Asset Management Corporation of Nigeria (AMCON) – managers of the nationalised Nigerian banks – have appointed American based Citigroup and pan-African investment firm Vetiva Capital to oversee the sale of one of the banks.

AMCON, known as the country’s ‘bad bank’, assumed management of the nationalised Afribank, Spring Bank and Bank PHB in 2011, following their failure to attract investors before a recapitalization deadline.

After the banks were recapitalized by Nigeria’s Central Bank , they had their names changed to: Mainstreet, Enterprise Bank and Keystone Banks respectively.

During an interview on Thursday, the debt management agency revealed plans to sell 100 percent of Enterprise Bank through Vetiva and Citigroup, noting that the bank’s size – the smallest amongst the three – and its cleanness would make it the most attractive to investors, adding that it will also serve as a learning process for the sale of the other banks.

“The clean structure of the bank will attract investors and motivate strong rallying start for the entire divestment transactions.” explained Mustapha Chike-Obi, AMCON’s Chief Executive. “Its size presents a learning curve for AMCON to guard against possible mistakes in the sale of the other two.”

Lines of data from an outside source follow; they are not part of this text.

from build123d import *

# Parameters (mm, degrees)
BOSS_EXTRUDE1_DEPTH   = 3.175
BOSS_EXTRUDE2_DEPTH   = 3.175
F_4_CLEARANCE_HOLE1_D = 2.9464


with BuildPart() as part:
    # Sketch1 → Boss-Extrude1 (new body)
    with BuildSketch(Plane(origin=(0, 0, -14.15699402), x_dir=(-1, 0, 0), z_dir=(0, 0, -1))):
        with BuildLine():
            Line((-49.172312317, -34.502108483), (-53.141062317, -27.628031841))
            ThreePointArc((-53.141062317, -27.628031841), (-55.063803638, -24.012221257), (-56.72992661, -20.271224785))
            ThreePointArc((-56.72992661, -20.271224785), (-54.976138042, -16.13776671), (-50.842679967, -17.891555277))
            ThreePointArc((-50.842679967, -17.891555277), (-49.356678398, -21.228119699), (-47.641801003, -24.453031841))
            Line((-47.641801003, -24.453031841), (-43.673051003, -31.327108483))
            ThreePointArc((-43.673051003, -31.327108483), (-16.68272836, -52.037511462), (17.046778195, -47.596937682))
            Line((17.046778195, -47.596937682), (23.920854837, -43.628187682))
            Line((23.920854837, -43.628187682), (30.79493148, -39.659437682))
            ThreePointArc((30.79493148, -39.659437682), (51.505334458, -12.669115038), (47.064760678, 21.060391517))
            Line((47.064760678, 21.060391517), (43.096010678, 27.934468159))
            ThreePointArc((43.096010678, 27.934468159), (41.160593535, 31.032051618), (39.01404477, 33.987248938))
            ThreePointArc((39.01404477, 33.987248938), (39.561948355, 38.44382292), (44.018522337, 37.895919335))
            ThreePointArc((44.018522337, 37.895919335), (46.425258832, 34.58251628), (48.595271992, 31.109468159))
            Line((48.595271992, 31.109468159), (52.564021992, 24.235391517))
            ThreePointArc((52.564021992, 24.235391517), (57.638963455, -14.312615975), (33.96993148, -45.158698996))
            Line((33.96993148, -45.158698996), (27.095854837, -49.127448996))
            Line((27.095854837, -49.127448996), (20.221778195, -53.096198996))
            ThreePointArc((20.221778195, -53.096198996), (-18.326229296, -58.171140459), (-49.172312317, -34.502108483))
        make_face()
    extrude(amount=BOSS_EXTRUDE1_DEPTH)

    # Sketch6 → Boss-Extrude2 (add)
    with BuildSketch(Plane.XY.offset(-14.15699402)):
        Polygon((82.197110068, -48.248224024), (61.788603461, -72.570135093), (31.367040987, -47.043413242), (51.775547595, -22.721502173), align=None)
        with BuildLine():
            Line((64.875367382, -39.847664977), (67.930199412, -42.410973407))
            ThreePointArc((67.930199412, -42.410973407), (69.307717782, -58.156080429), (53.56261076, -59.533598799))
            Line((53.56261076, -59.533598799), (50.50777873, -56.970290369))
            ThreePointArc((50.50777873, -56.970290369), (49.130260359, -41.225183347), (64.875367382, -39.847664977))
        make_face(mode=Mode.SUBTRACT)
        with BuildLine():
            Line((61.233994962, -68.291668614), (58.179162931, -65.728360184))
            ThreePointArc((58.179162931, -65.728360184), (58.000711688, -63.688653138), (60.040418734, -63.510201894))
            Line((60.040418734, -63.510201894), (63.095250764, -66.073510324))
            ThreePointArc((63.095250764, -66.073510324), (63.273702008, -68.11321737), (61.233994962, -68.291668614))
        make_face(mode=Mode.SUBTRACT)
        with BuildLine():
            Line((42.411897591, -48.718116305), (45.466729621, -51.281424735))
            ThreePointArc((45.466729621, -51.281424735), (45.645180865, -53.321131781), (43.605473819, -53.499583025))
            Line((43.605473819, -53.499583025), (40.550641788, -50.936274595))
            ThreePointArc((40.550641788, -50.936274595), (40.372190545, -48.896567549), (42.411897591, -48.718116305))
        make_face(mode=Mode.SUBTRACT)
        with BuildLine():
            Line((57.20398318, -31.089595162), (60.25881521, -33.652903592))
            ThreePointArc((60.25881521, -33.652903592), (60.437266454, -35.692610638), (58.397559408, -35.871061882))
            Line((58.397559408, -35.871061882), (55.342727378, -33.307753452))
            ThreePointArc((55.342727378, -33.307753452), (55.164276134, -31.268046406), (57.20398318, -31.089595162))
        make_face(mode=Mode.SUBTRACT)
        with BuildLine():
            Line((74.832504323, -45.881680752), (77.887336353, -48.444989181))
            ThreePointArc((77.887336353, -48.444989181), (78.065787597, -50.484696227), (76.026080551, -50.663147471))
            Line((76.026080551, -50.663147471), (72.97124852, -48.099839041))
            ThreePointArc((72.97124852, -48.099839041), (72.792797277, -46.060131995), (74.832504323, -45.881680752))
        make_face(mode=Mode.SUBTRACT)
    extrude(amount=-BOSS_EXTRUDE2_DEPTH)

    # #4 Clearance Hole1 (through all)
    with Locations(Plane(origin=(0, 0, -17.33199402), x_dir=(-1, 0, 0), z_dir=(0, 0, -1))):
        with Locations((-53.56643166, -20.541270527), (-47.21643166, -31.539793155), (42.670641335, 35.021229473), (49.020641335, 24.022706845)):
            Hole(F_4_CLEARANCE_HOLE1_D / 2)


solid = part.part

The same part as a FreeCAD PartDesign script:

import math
import FreeCAD as App
import Part
import Sketcher

V = App.Vector
Q = App.Units.Quantity

doc = App.newDocument("Part")
body = doc.addObject("PartDesign::Body", "Body")

# Sketch on XY plane
sketch1 = body.newObject("Sketcher::SketchObject", "Sketch")
sketch1.AttachmentSupport = (doc.getObject("XY_Plane"), [""])
sketch1.MapMode = "FlatFace"
sketch1.AttachmentOffset = App.Placement(V(0, 0, -14.156994), App.Rotation())
sketch1.addGeometry([
    Part.LineSegment(V(53.1, -27.6, 0), V(49.2, -34.5, 0)),  # 0
    Part.ArcOfCircle(Part.Circle(V(5.2, -9.1, 0), V(0, 0, 1), 50.8), math.radians(-120), math.radians(-30)),  # 1
    Part.LineSegment(V(-20.2, -53.1, 0), V(-27.1, -49.1, 0)),  # 2
    Part.LineSegment(V(-27.1, -49.1, 0), V(-34, -45.2, 0)),  # 3
    Part.ArcOfCircle(Part.Circle(V(-8.6, -1.2, 0), V(0, 0, 1), 50.8), math.radians(150), math.radians(240)),  # 4
    Part.LineSegment(V(-52.6, 24.2, 0), V(-48.6, 31.1, 0)),  # 5
    Part.ArcOfCircle(Part.Circle(V(2.3, 1.7, 0), V(0, 0, 1), 58.7), math.radians(142.01), math.radians(150)),  # 6
    Part.ArcOfCircle(Part.Circle(V(-41.5, 35.9, 0), V(0, 0, 1), 3.2), math.radians(-38), math.radians(142)),  # 7
    Part.ArcOfCircle(Part.Circle(V(2.3, 1.7, 0), V(0, 0, 1), 52.4), math.radians(142.01), math.radians(150)),  # 8
    Part.LineSegment(V(-43.1, 27.9, 0), V(-47.1, 21.1, 0)),  # 9
    Part.ArcOfCircle(Part.Circle(V(-8.6, -1.2, 0), V(0, 0, 1), 44.5), math.radians(150), math.radians(240)),  # 10
    Part.LineSegment(V(-30.8, -39.7, 0), V(-23.9, -43.6, 0)),  # 11
    Part.LineSegment(V(-23.9, -43.6, 0), V(-17, -47.6, 0)),  # 12
    Part.ArcOfCircle(Part.Circle(V(5.2, -9.1, 0), V(0, 0, 1), 44.5), math.radians(-120), math.radians(-30)),  # 13
    Part.LineSegment(V(43.7, -31.3, 0), V(47.6, -24.5, 0)),  # 14
    Part.ArcOfCircle(Part.Circle(V(2.3, 1.7, 0), V(0, 0, 1), 52.4), math.radians(-30), math.radians(-22.01)),  # 15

The corporation also noted that over 20 bidders have registered interest in the nationalised bank, confirming its attractiveness and justifying the agency’s decision to begin sales with it, adding that the large pool of interested investor would ensure it got the best bargain from the disposal process.

Nigeria’s Asset Management Corporation was created to be a key stabilizing and revitalizing tool established to revive the financial system by efficiently resolving the non-performing loan assets of the banks in the country’s economy.